## TASK
Return the data below, unchanged.

## DATA SUPPLIED

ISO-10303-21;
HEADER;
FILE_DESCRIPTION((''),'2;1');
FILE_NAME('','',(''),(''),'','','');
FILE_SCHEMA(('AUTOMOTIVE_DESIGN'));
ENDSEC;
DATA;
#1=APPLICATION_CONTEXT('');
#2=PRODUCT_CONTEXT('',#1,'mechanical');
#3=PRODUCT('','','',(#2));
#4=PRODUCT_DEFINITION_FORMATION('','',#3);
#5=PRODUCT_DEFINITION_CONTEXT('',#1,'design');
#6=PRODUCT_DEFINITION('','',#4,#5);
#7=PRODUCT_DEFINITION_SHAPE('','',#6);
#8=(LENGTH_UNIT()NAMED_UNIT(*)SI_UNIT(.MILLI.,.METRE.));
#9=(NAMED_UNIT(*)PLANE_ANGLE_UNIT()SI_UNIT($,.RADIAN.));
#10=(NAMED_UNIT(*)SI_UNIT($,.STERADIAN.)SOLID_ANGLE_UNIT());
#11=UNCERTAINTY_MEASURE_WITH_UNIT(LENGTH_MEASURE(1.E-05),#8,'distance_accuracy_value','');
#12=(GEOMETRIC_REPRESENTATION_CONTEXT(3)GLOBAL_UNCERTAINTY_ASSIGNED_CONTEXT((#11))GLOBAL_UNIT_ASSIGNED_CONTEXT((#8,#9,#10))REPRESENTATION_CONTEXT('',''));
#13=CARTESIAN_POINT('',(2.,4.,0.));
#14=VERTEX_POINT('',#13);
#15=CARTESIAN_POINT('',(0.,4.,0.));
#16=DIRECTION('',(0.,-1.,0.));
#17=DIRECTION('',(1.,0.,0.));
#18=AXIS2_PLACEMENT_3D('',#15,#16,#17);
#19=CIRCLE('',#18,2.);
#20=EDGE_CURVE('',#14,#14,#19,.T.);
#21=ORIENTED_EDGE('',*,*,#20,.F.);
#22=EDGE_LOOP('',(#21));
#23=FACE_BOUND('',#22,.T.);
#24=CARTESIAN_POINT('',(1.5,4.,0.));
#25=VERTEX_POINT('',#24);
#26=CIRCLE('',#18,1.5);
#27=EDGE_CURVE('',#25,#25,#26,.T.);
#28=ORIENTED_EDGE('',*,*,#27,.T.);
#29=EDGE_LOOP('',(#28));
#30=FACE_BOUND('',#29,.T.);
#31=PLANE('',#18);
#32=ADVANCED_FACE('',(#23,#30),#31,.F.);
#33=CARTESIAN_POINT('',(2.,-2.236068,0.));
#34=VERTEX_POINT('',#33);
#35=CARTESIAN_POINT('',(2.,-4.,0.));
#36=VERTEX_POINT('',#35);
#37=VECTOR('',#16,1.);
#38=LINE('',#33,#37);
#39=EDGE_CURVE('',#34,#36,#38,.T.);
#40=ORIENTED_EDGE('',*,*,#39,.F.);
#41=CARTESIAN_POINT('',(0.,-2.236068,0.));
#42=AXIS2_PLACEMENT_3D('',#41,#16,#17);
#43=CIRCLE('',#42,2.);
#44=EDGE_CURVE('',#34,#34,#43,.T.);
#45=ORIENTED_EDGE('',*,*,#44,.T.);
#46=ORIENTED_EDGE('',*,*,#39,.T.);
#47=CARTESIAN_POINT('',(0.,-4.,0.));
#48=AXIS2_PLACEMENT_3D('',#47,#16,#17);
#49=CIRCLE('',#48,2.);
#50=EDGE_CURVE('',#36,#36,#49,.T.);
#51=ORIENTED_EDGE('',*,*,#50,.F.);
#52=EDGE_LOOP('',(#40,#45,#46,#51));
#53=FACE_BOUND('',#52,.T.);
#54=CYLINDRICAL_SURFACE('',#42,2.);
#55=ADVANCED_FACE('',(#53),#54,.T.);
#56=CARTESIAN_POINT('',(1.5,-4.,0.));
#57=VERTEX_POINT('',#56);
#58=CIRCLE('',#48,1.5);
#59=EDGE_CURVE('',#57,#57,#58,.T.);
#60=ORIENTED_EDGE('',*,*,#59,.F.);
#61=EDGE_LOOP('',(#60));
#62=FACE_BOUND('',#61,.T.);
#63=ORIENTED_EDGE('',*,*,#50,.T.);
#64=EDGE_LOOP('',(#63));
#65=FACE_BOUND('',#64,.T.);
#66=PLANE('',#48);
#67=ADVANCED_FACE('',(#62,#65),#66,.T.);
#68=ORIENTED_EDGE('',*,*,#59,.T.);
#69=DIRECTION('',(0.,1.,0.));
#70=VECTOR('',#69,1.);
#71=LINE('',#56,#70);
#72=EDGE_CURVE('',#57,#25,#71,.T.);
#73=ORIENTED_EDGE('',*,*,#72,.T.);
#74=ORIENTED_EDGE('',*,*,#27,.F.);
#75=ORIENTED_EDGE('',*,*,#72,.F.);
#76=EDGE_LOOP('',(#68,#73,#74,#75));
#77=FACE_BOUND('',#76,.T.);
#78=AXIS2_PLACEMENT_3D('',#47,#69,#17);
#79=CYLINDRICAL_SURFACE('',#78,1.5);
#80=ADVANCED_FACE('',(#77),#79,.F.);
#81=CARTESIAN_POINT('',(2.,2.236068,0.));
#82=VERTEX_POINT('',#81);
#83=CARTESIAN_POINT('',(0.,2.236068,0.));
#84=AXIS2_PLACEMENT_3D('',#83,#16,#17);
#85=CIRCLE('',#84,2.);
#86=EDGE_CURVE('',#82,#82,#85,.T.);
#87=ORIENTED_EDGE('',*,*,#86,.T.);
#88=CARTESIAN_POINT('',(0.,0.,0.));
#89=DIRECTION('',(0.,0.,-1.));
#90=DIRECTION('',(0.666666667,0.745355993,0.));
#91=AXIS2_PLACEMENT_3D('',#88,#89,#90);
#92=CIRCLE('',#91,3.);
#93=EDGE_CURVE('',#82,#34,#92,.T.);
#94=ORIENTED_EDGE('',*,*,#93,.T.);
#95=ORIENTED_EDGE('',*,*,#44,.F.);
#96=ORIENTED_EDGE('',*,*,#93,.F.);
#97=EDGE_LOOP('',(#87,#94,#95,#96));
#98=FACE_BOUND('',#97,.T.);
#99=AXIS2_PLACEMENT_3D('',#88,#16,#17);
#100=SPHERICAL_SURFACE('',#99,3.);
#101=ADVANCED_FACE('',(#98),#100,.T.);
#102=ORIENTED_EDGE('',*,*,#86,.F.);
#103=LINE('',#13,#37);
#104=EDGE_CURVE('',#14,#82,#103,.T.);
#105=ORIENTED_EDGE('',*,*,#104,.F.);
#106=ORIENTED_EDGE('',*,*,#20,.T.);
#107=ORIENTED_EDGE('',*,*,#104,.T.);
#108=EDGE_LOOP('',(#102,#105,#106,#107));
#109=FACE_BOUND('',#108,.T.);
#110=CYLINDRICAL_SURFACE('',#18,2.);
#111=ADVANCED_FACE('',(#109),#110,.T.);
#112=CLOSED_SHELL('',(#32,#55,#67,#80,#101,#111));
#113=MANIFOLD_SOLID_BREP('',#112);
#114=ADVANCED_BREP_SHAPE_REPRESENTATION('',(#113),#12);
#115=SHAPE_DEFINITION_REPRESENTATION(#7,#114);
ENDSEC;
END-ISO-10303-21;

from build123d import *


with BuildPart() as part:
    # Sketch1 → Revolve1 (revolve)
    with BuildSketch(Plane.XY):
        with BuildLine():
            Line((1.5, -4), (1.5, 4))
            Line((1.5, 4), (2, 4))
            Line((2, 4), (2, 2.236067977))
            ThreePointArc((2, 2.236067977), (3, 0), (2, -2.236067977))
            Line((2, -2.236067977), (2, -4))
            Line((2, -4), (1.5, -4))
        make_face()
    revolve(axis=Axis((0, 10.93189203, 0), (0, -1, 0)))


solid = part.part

## COMPLETED TASK
ISO-10303-21;
HEADER;
FILE_DESCRIPTION((''),'2;1');
FILE_NAME('','',(''),(''),'','','');
FILE_SCHEMA(('AUTOMOTIVE_DESIGN'));
ENDSEC;
DATA;
#1=APPLICATION_CONTEXT('');
#2=PRODUCT_CONTEXT('',#1,'mechanical');
#3=PRODUCT('','','',(#2));
#4=PRODUCT_DEFINITION_FORMATION('','',#3);
#5=PRODUCT_DEFINITION_CONTEXT('',#1,'design');
#6=PRODUCT_DEFINITION('','',#4,#5);
#7=PRODUCT_DEFINITION_SHAPE('','',#6);
#8=(LENGTH_UNIT()NAMED_UNIT(*)SI_UNIT(.MILLI.,.METRE.));
#9=(NAMED_UNIT(*)PLANE_ANGLE_UNIT()SI_UNIT($,.RADIAN.));
#10=(NAMED_UNIT(*)SI_UNIT($,.STERADIAN.)SOLID_ANGLE_UNIT());
#11=UNCERTAINTY_MEASURE_WITH_UNIT(LENGTH_MEASURE(1.E-05),#8,'distance_accuracy_value','');
#12=(GEOMETRIC_REPRESENTATION_CONTEXT(3)GLOBAL_UNCERTAINTY_ASSIGNED_CONTEXT((#11))GLOBAL_UNIT_ASSIGNED_CONTEXT((#8,#9,#10))REPRESENTATION_CONTEXT('',''));
#13=CARTESIAN_POINT('',(2.,4.,0.));
#14=VERTEX_POINT('',#13);
#15=CARTESIAN_POINT('',(0.,4.,0.));
#16=DIRECTION('',(0.,-1.,0.));
#17=DIRECTION('',(1.,0.,0.));
#18=AXIS2_PLACEMENT_3D('',#15,#16,#17);
#19=CIRCLE('',#18,2.);
#20=EDGE_CURVE('',#14,#14,#19,.T.);
#21=ORIENTED_EDGE('',*,*,#20,.F.);
#22=EDGE_LOOP('',(#21));
#23=FACE_BOUND('',#22,.T.);
#24=CARTESIAN_POINT('',(1.5,4.,0.));
#25=VERTEX_POINT('',#24);
#26=CIRCLE('',#18,1.5);
#27=EDGE_CURVE('',#25,#25,#26,.T.);
#28=ORIENTED_EDGE('',*,*,#27,.T.);
#29=EDGE_LOOP('',(#28));
#30=FACE_BOUND('',#29,.T.);
#31=PLANE('',#18);
#32=ADVANCED_FACE('',(#23,#30),#31,.F.);
#33=CARTESIAN_POINT('',(2.,-2.236068,0.));
#34=VERTEX_POINT('',#33);
#35=CARTESIAN_POINT('',(2.,-4.,0.));
#36=VERTEX_POINT('',#35);
#37=VECTOR('',#16,1.);
#38=LINE('',#33,#37);
#39=EDGE_CURVE('',#34,#36,#38,.T.);
#40=ORIENTED_EDGE('',*,*,#39,.F.);
#41=CARTESIAN_POINT('',(0.,-2.236068,0.));
#42=AXIS2_PLACEMENT_3D('',#41,#16,#17);
#43=CIRCLE('',#42,2.);
#44=EDGE_CURVE('',#34,#34,#43,.T.);
#45=ORIENTED_EDGE('',*,*,#44,.T.);
#46=ORIENTED_EDGE('',*,*,#39,.T.);
#47=CARTESIAN_POINT('',(0.,-4.,0.));
#48=AXIS2_PLACEMENT_3D('',#47,#16,#17);
#49=CIRCLE('',#48,2.);
#50=EDGE_CURVE('',#36,#36,#49,.T.);
#51=ORIENTED_EDGE('',*,*,#50,.F.);
#52=EDGE_LOOP('',(#40,#45,#46,#51));
#53=FACE_BOUND('',#52,.T.);
#54=CYLINDRICAL_SURFACE('',#42,2.);
#55=ADVANCED_FACE('',(#53),#54,.T.);
#56=CARTESIAN_POINT('',(1.5,-4.,0.));
#57=VERTEX_POINT('',#56);
#58=CIRCLE('',#48,1.5);
#59=EDGE_CURVE('',#57,#57,#58,.T.);
#60=ORIENTED_EDGE('',*,*,#59,.F.);
#61=EDGE_LOOP('',(#60));
#62=FACE_BOUND('',#61,.T.);
#63=ORIENTED_EDGE('',*,*,#50,.T.);
#64=EDGE_LOOP('',(#63));
#65=FACE_BOUND('',#64,.T.);
#66=PLANE('',#48);
#67=ADVANCED_FACE('',(#62,#65),#66,.T.);
#68=ORIENTED_EDGE('',*,*,#59,.T.);
#69=DIRECTION('',(0.,1.,0.));
#70=VECTOR('',#69,1.);
#71=LINE('',#56,#70);
#72=EDGE_CURVE('',#57,#25,#71,.T.);
#73=ORIENTED_EDGE('',*,*,#72,.T.);
#74=ORIENTED_EDGE('',*,*,#27,.F.);
#75=ORIENTED_EDGE('',*,*,#72,.F.);
#76=EDGE_LOOP('',(#68,#73,#74,#75));
#77=FACE_BOUND('',#76,.T.);
#78=AXIS2_PLACEMENT_3D('',#47,#69,#17);
#79=CYLINDRICAL_SURFACE('',#78,1.5);
#80=ADVANCED_FACE('',(#77),#79,.F.);
#81=CARTESIAN_POINT('',(2.,2.236068,0.));
#82=VERTEX_POINT('',#81);
#83=CARTESIAN_POINT('',(0.,2.236068,0.));
#84=AXIS2_PLACEMENT_3D('',#83,#16,#17);
#85=CIRCLE('',#84,2.);
#86=EDGE_CURVE('',#82,#82,#85,.T.);
#87=ORIENTED_EDGE('',*,*,#86,.T.);
#88=CARTESIAN_POINT('',(0.,0.,0.));
#89=DIRECTION('',(0.,0.,-1.));
#90=DIRECTION('',(0.666666667,0.745355993,0.));
#91=AXIS2_PLACEMENT_3D('',#88,#89,#90);
#92=CIRCLE('',#91,3.);
#93=EDGE_CURVE('',#82,#34,#92,.T.);
#94=ORIENTED_EDGE('',*,*,#93,.T.);
#95=ORIENTED_EDGE('',*,*,#44,.F.);
#96=ORIENTED_EDGE('',*,*,#93,.F.);
#97=EDGE_LOOP('',(#87,#94,#95,#96));
#98=FACE_BOUND('',#97,.T.);
#99=AXIS2_PLACEMENT_3D('',#88,#16,#17);
#100=SPHERICAL_SURFACE('',#99,3.);
#101=ADVANCED_FACE('',(#98),#100,.T.);
#102=ORIENTED_EDGE('',*,*,#86,.F.);
#103=LINE('',#13,#37);
#104=EDGE_CURVE('',#14,#82,#103,.T.);
#105=ORIENTED_EDGE('',*,*,#104,.F.);
#106=ORIENTED_EDGE('',*,*,#20,.T.);
#107=ORIENTED_EDGE('',*,*,#104,.T.);
#108=EDGE_LOOP('',(#102,#105,#106,#107));
#109=FACE_BOUND('',#108,.T.);
#110=CYLINDRICAL_SURFACE('',#18,2.);
#111=ADVANCED_FACE('',(#109),#110,.T.);
#112=CLOSED_SHELL('',(#32,#55,#67,#80,#101,#111));
#113=MANIFOLD_SOLID_BREP('',#112);
#114=ADVANCED_BREP_SHAPE_REPRESENTATION('',(#113),#12);
#115=SHAPE_DEFINITION_REPRESENTATION(#7,#114);
ENDSEC;
END-ISO-10303-21;

from build123d import *


with BuildPart() as part:
    # Sketch1 → Revolve1 (revolve)
    with BuildSketch(Plane.XY):
        with BuildLine():
            Line((1.5, -4), (1.5, 4))
            Line((1.5, 4), (2, 4))
            Line((2, 4), (2, 2.236067977))
            ThreePointArc((2, 2.236067977), (3, 0), (2, -2.236067977))
            Line((2, -2.236067977), (2, -4))
            Line((2, -4), (1.5, -4))
        make_face()
    revolve(axis=Axis((0, 10.93189203, 0), (0, -1, 0)))


solid = part.part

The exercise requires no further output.